For any collection of finite structures closed under isomorphism (i.e., an age) which has the Hereditary Property (HP), the Joint Embedding Property (JEP), and the Cofinal Amalgamation Property (CAP), there is a unique (up to isomorphism) countable structure which is cofinally ultrahomogeneous with the given age. Such a structure is called the cofinal Fraïssé limit of the age. In this paper, we consider the computational strength needed to construct the cofinal Fraïssé limit of a computable age. We show that this construction can always be done using the oracle 0''', and that there are ages that require 0''. In contrast, we show that if one assumes the strengthening of (CAP) known as the Amalgamation Property (AP), then the resulting limit, called the Fraïssé limit, can be constructed from the age using 0'. Our results therefore show that the more general case of cofinal Fraïssé limits requires greater computational strength than Fraïssé limits.

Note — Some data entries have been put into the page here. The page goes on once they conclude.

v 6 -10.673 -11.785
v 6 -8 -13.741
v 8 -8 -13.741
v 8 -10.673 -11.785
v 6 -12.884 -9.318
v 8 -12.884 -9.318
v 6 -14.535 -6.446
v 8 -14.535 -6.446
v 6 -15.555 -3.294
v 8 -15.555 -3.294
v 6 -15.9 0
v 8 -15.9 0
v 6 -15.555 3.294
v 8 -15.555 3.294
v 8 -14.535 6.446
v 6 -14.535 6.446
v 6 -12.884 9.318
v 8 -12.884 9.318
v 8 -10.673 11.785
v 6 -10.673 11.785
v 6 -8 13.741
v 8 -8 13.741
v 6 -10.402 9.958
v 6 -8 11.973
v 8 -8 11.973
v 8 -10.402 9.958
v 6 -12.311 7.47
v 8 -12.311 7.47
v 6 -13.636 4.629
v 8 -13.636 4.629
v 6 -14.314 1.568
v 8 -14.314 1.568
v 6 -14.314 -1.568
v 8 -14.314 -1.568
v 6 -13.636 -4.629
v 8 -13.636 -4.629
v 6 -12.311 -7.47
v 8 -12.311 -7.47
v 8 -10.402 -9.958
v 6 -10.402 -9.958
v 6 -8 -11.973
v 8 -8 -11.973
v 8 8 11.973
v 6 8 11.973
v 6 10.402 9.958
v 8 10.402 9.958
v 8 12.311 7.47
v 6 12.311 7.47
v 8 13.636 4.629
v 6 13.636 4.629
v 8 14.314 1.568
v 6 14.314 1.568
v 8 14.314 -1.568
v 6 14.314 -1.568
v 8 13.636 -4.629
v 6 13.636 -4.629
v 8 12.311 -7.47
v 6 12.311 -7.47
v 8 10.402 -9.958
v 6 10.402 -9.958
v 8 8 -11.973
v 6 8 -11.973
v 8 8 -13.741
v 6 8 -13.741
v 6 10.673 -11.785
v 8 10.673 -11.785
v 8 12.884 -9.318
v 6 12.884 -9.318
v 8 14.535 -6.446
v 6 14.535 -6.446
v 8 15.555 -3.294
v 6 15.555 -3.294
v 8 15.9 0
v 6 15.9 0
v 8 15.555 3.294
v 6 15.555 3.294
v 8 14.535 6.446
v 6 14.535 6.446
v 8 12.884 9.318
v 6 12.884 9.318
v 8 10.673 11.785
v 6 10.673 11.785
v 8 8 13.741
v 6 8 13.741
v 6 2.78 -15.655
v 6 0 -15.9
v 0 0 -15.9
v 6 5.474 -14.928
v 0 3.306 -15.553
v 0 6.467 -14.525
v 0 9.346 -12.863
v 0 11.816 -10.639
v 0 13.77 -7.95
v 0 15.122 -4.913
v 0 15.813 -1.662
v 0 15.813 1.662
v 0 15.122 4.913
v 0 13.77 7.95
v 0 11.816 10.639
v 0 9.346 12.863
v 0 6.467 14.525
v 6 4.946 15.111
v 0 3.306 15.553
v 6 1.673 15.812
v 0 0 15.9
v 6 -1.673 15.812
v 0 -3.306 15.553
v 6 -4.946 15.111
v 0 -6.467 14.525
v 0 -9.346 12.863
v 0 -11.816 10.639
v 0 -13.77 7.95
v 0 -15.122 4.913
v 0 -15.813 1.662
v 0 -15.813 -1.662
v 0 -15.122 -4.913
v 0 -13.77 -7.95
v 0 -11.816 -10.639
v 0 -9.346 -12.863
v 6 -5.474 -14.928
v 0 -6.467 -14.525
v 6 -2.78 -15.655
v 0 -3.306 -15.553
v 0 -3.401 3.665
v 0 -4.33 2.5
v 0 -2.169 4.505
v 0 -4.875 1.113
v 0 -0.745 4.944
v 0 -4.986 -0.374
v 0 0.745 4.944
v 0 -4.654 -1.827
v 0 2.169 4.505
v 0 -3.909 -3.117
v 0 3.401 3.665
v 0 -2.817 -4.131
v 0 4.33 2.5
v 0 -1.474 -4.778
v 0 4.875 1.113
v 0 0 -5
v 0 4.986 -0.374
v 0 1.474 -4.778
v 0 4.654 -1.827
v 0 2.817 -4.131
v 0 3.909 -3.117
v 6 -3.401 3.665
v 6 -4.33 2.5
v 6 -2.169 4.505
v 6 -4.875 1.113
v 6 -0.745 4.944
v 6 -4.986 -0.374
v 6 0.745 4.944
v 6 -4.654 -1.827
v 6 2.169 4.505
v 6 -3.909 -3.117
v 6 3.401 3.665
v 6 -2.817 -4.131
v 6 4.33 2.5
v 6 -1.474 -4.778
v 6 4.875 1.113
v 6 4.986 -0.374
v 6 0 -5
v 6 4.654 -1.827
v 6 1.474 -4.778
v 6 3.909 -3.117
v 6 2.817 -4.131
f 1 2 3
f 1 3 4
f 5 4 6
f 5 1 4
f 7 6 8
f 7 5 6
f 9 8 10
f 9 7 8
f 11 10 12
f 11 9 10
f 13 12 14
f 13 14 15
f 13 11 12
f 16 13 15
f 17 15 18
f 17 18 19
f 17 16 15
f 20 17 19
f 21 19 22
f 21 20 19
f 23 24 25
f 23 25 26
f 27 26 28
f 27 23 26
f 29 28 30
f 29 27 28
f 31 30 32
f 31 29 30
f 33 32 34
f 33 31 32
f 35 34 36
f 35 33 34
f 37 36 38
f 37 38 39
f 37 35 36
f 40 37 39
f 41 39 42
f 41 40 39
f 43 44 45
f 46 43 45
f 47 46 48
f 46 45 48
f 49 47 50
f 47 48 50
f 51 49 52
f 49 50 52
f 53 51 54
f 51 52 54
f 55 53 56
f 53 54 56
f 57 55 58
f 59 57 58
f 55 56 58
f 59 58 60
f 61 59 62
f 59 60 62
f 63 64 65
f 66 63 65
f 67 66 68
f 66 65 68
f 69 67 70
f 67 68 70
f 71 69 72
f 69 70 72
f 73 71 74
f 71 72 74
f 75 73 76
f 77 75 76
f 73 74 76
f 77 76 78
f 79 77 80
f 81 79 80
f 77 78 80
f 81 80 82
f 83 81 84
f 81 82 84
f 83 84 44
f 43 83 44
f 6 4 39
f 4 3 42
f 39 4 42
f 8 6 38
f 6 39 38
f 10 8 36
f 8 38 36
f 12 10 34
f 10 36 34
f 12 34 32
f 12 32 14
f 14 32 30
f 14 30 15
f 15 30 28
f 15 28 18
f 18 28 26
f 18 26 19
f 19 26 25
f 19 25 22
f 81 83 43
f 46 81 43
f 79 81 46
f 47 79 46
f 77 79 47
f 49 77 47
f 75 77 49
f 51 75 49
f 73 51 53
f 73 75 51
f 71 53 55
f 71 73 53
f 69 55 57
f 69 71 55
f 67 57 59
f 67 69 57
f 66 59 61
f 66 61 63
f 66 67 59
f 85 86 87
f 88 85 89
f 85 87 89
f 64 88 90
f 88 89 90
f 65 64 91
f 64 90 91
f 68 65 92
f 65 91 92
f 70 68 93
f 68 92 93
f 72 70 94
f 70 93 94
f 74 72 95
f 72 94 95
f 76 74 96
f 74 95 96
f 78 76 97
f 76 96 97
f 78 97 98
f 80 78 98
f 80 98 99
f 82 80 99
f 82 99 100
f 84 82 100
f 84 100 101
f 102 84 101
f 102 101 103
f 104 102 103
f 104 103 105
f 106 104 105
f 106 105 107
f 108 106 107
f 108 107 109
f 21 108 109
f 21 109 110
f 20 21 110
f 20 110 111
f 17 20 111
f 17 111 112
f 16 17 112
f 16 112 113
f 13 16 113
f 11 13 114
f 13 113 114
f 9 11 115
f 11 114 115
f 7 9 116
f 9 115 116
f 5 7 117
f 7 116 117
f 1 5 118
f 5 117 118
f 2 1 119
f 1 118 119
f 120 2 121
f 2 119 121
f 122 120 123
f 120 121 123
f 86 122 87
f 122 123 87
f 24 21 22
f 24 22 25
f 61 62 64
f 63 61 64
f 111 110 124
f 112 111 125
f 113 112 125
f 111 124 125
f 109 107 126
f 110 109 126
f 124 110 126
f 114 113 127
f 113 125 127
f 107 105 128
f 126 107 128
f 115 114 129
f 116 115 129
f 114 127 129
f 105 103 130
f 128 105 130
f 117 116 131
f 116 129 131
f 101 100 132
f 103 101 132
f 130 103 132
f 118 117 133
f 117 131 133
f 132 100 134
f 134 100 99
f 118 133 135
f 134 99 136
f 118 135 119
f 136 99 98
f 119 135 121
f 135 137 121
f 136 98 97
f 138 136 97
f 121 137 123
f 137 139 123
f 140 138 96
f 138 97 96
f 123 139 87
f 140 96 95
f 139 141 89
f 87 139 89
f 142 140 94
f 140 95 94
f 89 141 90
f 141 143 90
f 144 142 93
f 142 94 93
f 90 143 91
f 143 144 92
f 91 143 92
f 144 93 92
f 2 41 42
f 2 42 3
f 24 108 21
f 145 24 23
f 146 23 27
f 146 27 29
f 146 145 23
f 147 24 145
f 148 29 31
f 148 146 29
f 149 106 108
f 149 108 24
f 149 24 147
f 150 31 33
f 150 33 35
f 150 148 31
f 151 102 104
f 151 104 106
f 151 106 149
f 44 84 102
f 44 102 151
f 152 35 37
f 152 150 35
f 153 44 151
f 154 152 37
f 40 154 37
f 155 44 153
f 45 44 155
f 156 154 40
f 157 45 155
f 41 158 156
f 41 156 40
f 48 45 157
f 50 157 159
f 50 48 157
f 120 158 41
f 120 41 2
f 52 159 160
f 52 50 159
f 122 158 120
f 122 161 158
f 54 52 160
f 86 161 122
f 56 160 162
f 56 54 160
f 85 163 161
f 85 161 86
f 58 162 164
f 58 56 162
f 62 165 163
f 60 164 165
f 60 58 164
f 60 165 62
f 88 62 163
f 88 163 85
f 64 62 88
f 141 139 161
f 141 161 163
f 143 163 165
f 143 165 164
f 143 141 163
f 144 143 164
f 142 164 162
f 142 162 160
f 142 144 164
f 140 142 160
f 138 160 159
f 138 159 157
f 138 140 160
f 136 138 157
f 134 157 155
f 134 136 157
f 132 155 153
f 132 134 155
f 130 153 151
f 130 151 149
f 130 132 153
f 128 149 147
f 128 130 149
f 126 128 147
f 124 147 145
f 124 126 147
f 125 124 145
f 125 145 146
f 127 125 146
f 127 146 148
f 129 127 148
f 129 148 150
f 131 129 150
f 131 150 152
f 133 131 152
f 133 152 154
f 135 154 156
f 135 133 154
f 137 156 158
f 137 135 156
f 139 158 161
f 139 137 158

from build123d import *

# Parameters (mm, degrees)
SKETCH1_R           = 15.9
SKETCH1_R_2         = 5
BOSS_EXTRUDE1_DEPTH = 6
BOSS_EXTRUDE2_DEPTH = 2


with BuildPart() as part:
    # Sketch1 → Boss-Extrude1 (new body)
    with BuildSketch(Plane(origin=(0, 0, 0), x_dir=(0, 0, -1), z_dir=(1, 0, 0))):
        Circle(SKETCH1_R)
        Circle(SKETCH1_R_2, mode=Mode.SUBTRACT)
    extrude(amount=BOSS_EXTRUDE1_DEPTH)

    # Sketch2 → Boss-Extrude2 (add)
    with BuildSketch(Plane(origin=(6, 0, 0), x_dir=(0, 0, -1), z_dir=(1, 0, 0))):
        with BuildLine():
            Line((11.973303638, -8), (13.740815114, -8))
            ThreePointArc((13.740815114, -8), (0, -15.9), (-13.740815114, -8))
            Line((-13.740815114, -8), (-11.973303638, -8))
            ThreePointArc((-11.973303638, -8), (0, -14.4), (11.973303638, -8))
        make_face()
        with BuildLine():
            Line((-13.740815114, 8), (-11.973303638, 8))
            ThreePointArc((-11.973303638, 8), (0, 14.4), (11.973303638, 8))
            Line((11.973303638, 8), (13.740815114, 8))
            ThreePointArc((13.740815114, 8), (0, 15.9), (-13.740815114, 8))
        make_face()
    extrude(amount=BOSS_EXTRUDE2_DEPTH)


solid = part.part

翻译：对于在同构意义下封闭（即一个年龄）且满足遗传性（HP）、联合嵌入性（JEP）与共尾合并性（CAP）的任意有限结构集合，存在一个唯一的（在同构意义下）可数结构，该结构相对于给定年龄是共尾超齐次的。这样的结构被称为该年龄的共尾Fraïssé极限。本文中，我们考虑构造可计算年龄的共尾Fraïssé极限所需的计算强度。我们证明该构造总可以使用谕示0'''完成，并且存在需要0'''的年龄。相比之下，我们证明若假设（CAP）的强化版本——即合并性（AP）——则所得极限（称为Fraïssé极限）可以仅使用0'从年龄构造出来。因此，我们的结果表明，共尾Fraïssé极限这一更一般的情形比Fraïssé极限需要更强的计算能力。